Music, gender at Ephrata Cloister

Music, gender at Ephrata Cloister

Keeping with Elizabethtown College’s rich history of Anabaptistism and Pietism, the Young Center for Anabaptist and Pietist studies recently had the opportunity to bring Christopher Herbert to campus.


Herbert is an assistant professor and head of the vocal department at William Paterson University. He received a Doctorate in Musical Arts from the Julliard School and while there, worked on a doctoral thesis that he is still expanding upon.


It was this thesis on the musical traditions of the Ephrata Cloister that brought Herbert to Etown College. Earlier on in Herbert’s research he reached out to Director of the Young Center Jeff Bach about his plans after he read Bach’s “Voices of the Turtledoves: The Sacred World of Ephrata.”


Herbert describes this text by Bach as “the book to go to if you want to write about the theology of Ephrata.”
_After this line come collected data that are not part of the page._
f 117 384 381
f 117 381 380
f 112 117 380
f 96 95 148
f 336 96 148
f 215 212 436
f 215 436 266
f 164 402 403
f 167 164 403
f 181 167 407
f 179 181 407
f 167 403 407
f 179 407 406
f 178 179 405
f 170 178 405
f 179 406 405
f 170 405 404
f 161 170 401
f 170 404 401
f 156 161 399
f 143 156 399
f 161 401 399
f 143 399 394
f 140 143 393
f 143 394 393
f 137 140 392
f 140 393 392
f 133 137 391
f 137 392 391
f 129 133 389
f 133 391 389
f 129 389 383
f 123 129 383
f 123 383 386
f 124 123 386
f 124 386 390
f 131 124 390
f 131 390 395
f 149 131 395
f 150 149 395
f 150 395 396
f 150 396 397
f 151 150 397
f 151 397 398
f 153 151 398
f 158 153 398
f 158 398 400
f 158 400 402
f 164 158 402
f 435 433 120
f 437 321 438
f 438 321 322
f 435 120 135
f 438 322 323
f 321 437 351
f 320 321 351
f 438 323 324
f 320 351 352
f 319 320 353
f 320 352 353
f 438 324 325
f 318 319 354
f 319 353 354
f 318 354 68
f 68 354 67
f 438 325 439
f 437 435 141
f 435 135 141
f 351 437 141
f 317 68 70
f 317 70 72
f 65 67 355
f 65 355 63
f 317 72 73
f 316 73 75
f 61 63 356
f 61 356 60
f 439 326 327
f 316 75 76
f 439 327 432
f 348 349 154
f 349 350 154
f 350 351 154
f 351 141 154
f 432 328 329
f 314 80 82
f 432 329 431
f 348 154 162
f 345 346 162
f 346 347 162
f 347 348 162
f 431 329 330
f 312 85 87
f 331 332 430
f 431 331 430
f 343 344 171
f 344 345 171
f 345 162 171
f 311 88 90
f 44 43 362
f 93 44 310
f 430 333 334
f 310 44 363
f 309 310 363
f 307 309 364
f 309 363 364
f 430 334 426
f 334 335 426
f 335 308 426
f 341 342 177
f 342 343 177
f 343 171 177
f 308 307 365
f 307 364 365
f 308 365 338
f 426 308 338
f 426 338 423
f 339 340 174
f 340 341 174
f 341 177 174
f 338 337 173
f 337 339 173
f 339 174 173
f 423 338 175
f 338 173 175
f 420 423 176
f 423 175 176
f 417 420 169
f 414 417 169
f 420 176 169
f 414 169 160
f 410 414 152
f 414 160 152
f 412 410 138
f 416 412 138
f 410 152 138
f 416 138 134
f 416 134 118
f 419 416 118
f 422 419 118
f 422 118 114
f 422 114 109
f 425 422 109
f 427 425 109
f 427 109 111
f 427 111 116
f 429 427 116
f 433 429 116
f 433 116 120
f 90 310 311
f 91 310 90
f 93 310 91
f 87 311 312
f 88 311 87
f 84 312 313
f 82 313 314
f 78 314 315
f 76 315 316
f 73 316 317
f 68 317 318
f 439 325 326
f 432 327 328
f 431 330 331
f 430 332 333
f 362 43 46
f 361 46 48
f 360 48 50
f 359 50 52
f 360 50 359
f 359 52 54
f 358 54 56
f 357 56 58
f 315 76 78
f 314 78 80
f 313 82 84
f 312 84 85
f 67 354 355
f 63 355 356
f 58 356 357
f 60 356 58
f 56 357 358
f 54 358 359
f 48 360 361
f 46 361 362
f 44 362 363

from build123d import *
It was quite significant for Herbert to be presenting on this topic at the College because according to him: “In many ways, my journey began here [at the Young Center] because the first Ephrata manuscript I saw was at Elizabethtown because of my relationship with Dr. Bach.”


The Ephrata Cloister was a tight-knit, celibate religious community based in Lancaster County whose history largely lacks documentation. Herbert wanted to study Ephrata because he wanted to explore what to him is “an important part of our history as Americans that has gone forgotten” and that still requires “work to be done in preserving, archiving, and creating critical editions of the music [of Ephrata.]”


The music of the Ephrata Cloister is particularly unique because it utilized an entirely unique form of notation that can be quite “difficult to translate.”

Herbert described “their system of composition” as “very much paint by number… the idea was if somebody wrote a melody, then anybody could harmonize it.”


Contrasted with most contemporary music composition, the cloister places central focus on the Soprano in four-part harmonies which Herbert says is “really rare in the history of music.”


The music at the Ephrata Cloister “uses a more austere, four-part style” and is exclusively acapella. Herbert admitted that his research caused him to have to “really interrogate the way in which [he] view[s] music,” given the atypical musical composition in the Ephrata Cloister.


Herbert presented on the role of gender in the cloister.


“The gender aspect is really interesting,” Herbert said. “I’m honored to be able to give voice to these women who have been forgotten… and as a man I’m still trying to figure out my role in that.”


Given the celibacy and isolation of the community, women had “a much different situation than what you usually see in colonial America” that allowed them to “own their voice in a way that has much more agency than people at the time.”


Herbert’s thesis vis-a-vis gender in Ephrata is that he believes he has stumbled upon the two first American female composers within the cloister. This is in direct contrast to the most popular theory about the music of Ephrata, referred to among scholars in the field as the “Owinski Thesis.” This thesis simply postulates that comrade Beissel was the sole composer in the Ephrata cloister.


While there is certainly contention to this theory, the postulation that composition was done by both the brothers and the sisters in the cloister is a take that thus far only Herbert has maintained. Such is to be anticipated when working with such a niche topic, and Hebert was seemingly amused by just how invested he had become in the subject.


Herbert’s presentations on the Ephrata Cloister ultimately serve to reveal quite a lot about authorship, community identity, gender, academia, religion and society—all topics that continue to engage the College population.